Good morning I have a question can we use a pencil for marking center lines and other cuts or do we have to eye ball those. Not a trick question.


----------



## newconvert

looks like i will be able to give it a shot after all, the power co. was in the area cleaning up trees today, as the were cutting branches i asked if the could cut a nice fat section of fork off for me, they looked at me and asked why, when i told them i got the 1000 mile look but they cut one for me anyway. now to dry it and get it ready for carving.







after i sweated the bark off i than took off some length at both the handle and forks, i also smoothed out the surface. i am not sure yet what i am going to do with it, but since its just Elm it cant be too thin, at the thinnest part it will be 1"


----------



## newconvert

WoodsRunner said:


> can we use partially serated blades? is linseed oil or polyurithane ok?

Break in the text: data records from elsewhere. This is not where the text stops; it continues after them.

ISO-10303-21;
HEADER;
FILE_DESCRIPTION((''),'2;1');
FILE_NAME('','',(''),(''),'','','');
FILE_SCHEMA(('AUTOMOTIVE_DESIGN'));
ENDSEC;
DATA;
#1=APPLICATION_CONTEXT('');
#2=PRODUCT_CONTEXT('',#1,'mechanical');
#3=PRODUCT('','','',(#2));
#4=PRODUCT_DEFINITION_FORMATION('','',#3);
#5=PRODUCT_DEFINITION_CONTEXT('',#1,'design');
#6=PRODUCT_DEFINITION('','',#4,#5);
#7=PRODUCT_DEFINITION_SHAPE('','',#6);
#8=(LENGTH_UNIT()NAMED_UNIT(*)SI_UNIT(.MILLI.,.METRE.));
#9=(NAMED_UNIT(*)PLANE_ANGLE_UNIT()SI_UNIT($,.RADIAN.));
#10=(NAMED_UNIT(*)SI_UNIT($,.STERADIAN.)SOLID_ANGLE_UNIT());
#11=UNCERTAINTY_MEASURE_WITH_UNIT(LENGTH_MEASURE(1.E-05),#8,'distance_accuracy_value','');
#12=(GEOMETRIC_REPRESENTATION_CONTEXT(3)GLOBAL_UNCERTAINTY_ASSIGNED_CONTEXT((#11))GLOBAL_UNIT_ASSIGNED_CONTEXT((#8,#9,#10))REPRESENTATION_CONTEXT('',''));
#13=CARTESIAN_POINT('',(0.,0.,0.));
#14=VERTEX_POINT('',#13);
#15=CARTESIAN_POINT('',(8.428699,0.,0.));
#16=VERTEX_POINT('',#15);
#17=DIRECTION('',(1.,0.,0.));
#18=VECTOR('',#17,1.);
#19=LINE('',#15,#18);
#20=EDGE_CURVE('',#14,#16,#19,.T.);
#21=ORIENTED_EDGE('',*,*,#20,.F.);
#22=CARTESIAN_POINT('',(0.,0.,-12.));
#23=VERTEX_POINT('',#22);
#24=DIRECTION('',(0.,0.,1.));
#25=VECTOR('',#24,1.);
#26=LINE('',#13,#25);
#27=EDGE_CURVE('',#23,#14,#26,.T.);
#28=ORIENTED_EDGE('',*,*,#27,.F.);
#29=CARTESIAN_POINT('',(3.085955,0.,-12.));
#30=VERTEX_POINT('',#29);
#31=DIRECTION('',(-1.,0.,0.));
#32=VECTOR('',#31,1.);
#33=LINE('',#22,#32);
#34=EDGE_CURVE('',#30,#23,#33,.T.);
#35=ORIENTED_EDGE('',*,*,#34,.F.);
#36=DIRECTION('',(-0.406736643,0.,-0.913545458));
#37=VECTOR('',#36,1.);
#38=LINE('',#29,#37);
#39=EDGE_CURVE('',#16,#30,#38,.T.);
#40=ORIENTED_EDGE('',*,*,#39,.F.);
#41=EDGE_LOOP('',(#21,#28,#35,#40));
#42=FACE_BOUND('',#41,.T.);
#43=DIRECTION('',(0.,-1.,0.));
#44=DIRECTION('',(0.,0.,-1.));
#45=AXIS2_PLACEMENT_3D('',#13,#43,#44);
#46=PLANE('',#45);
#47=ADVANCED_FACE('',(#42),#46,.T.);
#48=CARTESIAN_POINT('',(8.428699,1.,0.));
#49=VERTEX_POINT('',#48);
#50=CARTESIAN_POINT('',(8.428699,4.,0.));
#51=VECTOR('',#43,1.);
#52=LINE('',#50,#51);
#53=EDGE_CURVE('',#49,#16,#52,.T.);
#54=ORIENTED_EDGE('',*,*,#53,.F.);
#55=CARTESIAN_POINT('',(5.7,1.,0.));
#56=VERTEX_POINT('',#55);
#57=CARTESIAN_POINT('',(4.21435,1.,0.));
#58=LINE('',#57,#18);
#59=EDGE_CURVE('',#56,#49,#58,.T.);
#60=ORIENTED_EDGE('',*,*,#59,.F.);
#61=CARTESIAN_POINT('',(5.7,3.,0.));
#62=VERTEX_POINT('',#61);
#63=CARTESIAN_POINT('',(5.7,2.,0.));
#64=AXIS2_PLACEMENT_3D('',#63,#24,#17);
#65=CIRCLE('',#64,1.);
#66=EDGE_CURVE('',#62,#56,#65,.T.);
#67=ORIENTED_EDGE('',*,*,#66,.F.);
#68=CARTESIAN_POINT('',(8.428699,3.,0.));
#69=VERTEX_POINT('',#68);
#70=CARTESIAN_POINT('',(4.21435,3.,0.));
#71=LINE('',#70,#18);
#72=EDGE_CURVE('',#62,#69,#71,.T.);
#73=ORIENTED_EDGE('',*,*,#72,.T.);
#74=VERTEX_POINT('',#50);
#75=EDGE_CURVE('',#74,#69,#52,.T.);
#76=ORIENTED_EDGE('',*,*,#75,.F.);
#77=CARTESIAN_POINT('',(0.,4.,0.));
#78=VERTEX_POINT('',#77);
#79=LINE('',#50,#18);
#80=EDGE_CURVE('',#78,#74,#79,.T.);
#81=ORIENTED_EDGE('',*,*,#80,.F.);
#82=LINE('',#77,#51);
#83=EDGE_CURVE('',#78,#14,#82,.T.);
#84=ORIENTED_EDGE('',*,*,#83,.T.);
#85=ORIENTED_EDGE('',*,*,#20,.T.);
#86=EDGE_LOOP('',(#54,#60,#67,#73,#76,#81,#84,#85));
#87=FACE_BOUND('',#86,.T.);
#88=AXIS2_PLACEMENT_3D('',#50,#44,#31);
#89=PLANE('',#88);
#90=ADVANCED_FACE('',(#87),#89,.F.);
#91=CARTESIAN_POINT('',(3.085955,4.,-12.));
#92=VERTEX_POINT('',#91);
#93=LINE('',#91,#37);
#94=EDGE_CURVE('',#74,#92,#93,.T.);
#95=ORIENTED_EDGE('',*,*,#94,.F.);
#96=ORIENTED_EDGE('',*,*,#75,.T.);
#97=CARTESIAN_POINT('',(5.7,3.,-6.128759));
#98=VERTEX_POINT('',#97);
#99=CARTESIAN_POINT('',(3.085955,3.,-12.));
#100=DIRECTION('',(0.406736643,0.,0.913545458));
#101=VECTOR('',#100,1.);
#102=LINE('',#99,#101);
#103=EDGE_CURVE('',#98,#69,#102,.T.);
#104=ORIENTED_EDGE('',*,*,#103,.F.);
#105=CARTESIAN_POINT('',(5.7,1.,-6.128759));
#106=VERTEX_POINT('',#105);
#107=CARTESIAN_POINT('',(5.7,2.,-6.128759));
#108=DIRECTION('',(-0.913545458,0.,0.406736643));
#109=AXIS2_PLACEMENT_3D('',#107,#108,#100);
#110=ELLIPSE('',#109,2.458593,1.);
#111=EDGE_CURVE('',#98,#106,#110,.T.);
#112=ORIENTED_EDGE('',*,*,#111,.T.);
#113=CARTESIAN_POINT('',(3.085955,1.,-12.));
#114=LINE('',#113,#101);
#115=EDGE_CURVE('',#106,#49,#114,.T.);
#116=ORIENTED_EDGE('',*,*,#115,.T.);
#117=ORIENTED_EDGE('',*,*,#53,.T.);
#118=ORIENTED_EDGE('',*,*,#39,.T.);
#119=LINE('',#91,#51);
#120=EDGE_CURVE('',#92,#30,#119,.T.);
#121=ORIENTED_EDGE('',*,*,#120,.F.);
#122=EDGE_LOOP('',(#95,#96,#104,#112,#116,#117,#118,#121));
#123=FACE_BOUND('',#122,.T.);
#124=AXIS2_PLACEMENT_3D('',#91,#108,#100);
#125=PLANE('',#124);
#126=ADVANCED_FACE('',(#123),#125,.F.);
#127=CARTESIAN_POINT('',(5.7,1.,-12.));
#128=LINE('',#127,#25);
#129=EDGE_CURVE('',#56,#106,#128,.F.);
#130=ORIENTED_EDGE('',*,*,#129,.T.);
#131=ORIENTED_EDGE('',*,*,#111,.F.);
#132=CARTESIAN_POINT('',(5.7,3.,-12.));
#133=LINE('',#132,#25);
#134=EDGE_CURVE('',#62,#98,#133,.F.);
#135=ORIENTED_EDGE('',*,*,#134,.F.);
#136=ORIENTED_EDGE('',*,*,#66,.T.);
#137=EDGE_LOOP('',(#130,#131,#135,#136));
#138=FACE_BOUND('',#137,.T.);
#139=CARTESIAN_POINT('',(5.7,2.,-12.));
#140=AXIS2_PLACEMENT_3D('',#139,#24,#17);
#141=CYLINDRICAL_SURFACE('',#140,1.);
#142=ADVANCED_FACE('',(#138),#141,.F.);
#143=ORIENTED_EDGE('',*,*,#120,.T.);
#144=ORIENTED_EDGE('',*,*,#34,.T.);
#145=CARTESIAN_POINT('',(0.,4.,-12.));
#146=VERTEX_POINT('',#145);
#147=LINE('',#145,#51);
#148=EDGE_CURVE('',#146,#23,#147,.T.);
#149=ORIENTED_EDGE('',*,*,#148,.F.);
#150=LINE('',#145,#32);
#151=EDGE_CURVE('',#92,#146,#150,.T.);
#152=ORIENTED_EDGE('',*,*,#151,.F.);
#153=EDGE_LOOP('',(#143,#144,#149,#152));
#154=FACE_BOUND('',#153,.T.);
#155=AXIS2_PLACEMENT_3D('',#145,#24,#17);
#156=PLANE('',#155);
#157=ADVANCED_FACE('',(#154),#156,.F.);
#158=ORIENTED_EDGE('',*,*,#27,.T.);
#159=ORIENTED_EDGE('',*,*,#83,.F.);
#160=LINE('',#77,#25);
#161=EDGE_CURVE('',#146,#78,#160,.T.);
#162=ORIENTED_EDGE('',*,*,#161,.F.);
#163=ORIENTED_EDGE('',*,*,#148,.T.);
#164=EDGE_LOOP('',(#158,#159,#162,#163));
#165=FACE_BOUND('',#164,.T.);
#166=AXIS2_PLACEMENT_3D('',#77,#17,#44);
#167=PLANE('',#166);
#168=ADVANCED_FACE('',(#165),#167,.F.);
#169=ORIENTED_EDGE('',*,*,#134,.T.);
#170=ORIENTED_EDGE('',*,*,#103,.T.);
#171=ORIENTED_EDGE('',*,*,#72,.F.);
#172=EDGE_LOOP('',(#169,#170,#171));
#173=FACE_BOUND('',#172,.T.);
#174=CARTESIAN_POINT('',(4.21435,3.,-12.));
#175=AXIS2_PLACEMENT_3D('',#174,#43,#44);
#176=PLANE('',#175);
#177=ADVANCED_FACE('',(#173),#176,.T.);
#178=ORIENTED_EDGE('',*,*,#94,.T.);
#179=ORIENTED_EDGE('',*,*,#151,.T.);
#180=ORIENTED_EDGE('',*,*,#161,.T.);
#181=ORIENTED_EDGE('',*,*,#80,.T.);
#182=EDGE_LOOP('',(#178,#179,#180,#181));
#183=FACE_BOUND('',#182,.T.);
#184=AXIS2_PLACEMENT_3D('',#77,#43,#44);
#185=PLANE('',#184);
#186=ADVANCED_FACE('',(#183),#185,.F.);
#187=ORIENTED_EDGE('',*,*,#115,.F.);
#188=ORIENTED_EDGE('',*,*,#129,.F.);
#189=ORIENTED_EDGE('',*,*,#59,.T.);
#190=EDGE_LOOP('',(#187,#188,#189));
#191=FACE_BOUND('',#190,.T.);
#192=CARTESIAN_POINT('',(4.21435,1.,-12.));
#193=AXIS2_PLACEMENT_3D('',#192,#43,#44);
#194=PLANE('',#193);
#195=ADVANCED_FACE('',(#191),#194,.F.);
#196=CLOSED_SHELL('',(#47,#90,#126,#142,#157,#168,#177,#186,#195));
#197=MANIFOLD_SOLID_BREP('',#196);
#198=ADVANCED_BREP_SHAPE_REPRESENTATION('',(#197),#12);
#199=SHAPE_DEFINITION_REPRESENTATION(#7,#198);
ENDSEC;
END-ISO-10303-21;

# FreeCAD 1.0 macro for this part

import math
import FreeCAD as App
import Part
import Sketcher
from FreeCAD import Vector
Q = App.Units.Quantity


def add_polygon(sketch, points):
    """Adds a closed chain of lines whose ends are joined by coincident constraints."""
    first, n = sketch.GeometryCount, len(points)
    for a, b in zip(points, points[1:] + points[:1]):
        sketch.addGeometry(Part.LineSegment(App.Vector(*a, 0), App.Vector(*b, 0)), False)
    for i in range(n):
        sketch.addConstraint(Sketcher.Constraint("Coincident", first + i, 2, first + (i + 1) % n, 1))

doc = App.newDocument("Part")
body = doc.addObject("PartDesign::Body", "Body")

# Sketch on XZ plane
sketch1 = doc.addObject("Sketcher::SketchObject", "Sketch")
body.addObject(sketch1)
sketch1.AttachmentSupport = (doc.XZ_Plane, [""])
sketch1.MapMode = "FlatFace"
add_polygon(sketch1, [(0, -12), (0, 0), (8.4, 0), (3.1, -12)])  # lines 0-3
sketch1.addConstraint(Sketcher.Constraint("Vertical", 0))
sketch1.addConstraint(Sketcher.Constraint("Horizontal", 1))
sketch1.addConstraint(Sketcher.Constraint("Horizontal", 3))
sketch1.addConstraint(Sketcher.Constraint("Coincident", 0, 2, -1, 1))
sketch1.addConstraint(Sketcher.Constraint("DistanceY", 0, 1, 0, 2, Q("12 mm")))
sketch1.addConstraint(Sketcher.Constraint("Angle", 2, Q("-114 deg")))
sketch1.addConstraint(Sketcher.Constraint("DistanceX", 1, 1, 1, 2, Q("8.428699 mm")))
pad1 = doc.addObject("PartDesign::Pad", "Pad")
body.addObject(pad1)
pad1.Profile = sketch1
pad1.Length = 4
pad1.Reversed = True

# Sketch on XY plane
sketch2 = doc.addObject("Sketcher::SketchObject", "Sketch001")
body.addObject(sketch2)
sketch2.AttachmentSupport = (doc.XY_Plane, [""])
sketch2.MapMode = "FlatFace"
sketch2.addGeometry(Part.Circle(Vector(5.7, 2, 0), Vector(0, 0, 1), 1), False)
sketch2.addConstraint(Sketcher.Constraint("Diameter", 0, Q("2 mm")))
sketch2.addConstraint(Sketcher.Constraint("DistanceY", -1, 1, 0, 3, Q("2 mm")))
sketch2.addConstraint(Sketcher.Constraint("DistanceX", -1, 1, 0, 3, Q("5.7 mm")))
pocket1 = doc.addObject("PartDesign::Pocket", "Pocket")
body.addObject(pocket1)
pocket1.Profile = sketch2
pocket1.Type = "ThroughAll"

# Sketch on XY plane
sketch3 = doc.addObject("Sketcher::SketchObject", "Sketch002")
body.addObject(sketch3)
sketch3.AttachmentSupport = (doc.XY_Plane, [""])
sketch3.MapMode = "FlatFace"
sketch3.addGeometry(Part.LineSegment(Vector(8.4, 3, 0), Vector(5.7, 3, 0)), False)
sketch3.addGeometry(Part.ArcOfCircle(Part.Circle(Vector(5.7, 2, 0), Vector(0, 0, 1), 1), math.radians(0), math.radians(90)), False)
sketch3.addGeometry(Part.ArcOfCircle(Part.Circle(Vector(5.7, 2, 0), Vector(0, 0, 1), 1), math.radians(-90), math.radians(0)), False)
sketch3.addGeometry(Part.LineSegment(Vector(5.7, 1, 0), Vector(8.4, 1, 0)), False)
sketch3.addGeometry(Part.LineSegment(Vector(8.4, 1, 0), Vector(8.4, 3, 0)), False)
sketch3.addConstraint(Sketcher.Constraint("Tangent", 0, 2, 1, 2))
sketch3.addConstraint(Sketcher.Constraint("Tangent", 1, 1, 2, 2))
sketch3.addConstraint(Sketcher.Constraint("Tangent", 2, 1, 3, 1))
sketch3.addConstraint(Sketcher.Constraint("Coincident", 3, 2, 4, 1))
sketch3.addConstraint(Sketcher.Constraint("Coincident", 4, 2, 0, 1))
sketch3.addConstraint(Sketcher.Constraint("Horizontal", 0))
sketch3.addConstraint(Sketcher.Constraint("Horizontal", 3))
sketch3.addConstraint(Sketcher.Constraint("Vertical", 4))
sketch3.addConstraint(Sketcher.Constraint("Equal", 1, 2))
sketch3.addConstraint(Sketcher.Constraint("Horizontal", 2, 3, 1, 1))
sketch3.addConstraint(Sketcher.Constraint("Radius", 1, Q("1 mm")))
sketch3.addConstraint(Sketcher.Constraint("DistanceY", -1, 1, 1, 3, Q("2 mm")))
sketch3.addConstraint(Sketcher.Constraint("DistanceX", -1, 1, 1, 3, Q("5.7 mm")))
sketch3.addConstraint(Sketcher.Constraint("DistanceX", 0, 2, 0, 1, Q("2.728699 mm")))
pocket2 = doc.addObject("PartDesign::Pocket", "Pocket001")
body.addObject(pocket2)
pocket2.Profile = sketch3
pocket2.Type = "ThroughAll"

doc.recompute()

i think serration constitute a saw, IMHO, but its Gophers contest.


----------



## M.J

Ok, I have no anticipation of actually competing against the master carvers on this forum but here's my entery.
The fork is from a thorny bush in my back yard, probably mulberry. This is my first time attempting any sort of carving with just a knife. It's actually pretty fun! I like that there is no way to rush it, you just have to accept that some things take time. This took me a little over an hour.
I decided to try one in the newly popular "straight wrist" style. It shoots pretty well although I still don't really see the advantage of this setup. Maybe because I hold the frame sideways. Bark was left on the back for asthetics and "gription". I can always remove it later but there's no way to put it back on.
The knife was a gift from my late father-in-law and has a pretty good edge on it. The only thing that gave me any trouble at all was the thorns but even that wasn't a problem once I got the technique for removing them.
Hope you like it!










































Edit: I turned this one around so the forks point forward when shooting. Works much better for me!


----------



## zamarion

does it has to be a pocket sized knive or can i use my machete ?
wich is this one in the picture wich i used to create that slingshot


----------



## newconvert

zamarion said:


> does it has to be a pocket sizes knive or can i use my machete ?


my pocket knife is bigger than yours and Gopher said it was ok.


----------



## zamarion

newconvert said:


> does it has to be a pocket sizes knive or can i use my machete ?


my pocket knife is bigger than yours and Gopher said it was ok.
[/quote] my machete is around 8 inches / 20 cm


----------



## The Gopher

I should have just said knife instead of pocket knife, machete is OK but that is the only knife you can use.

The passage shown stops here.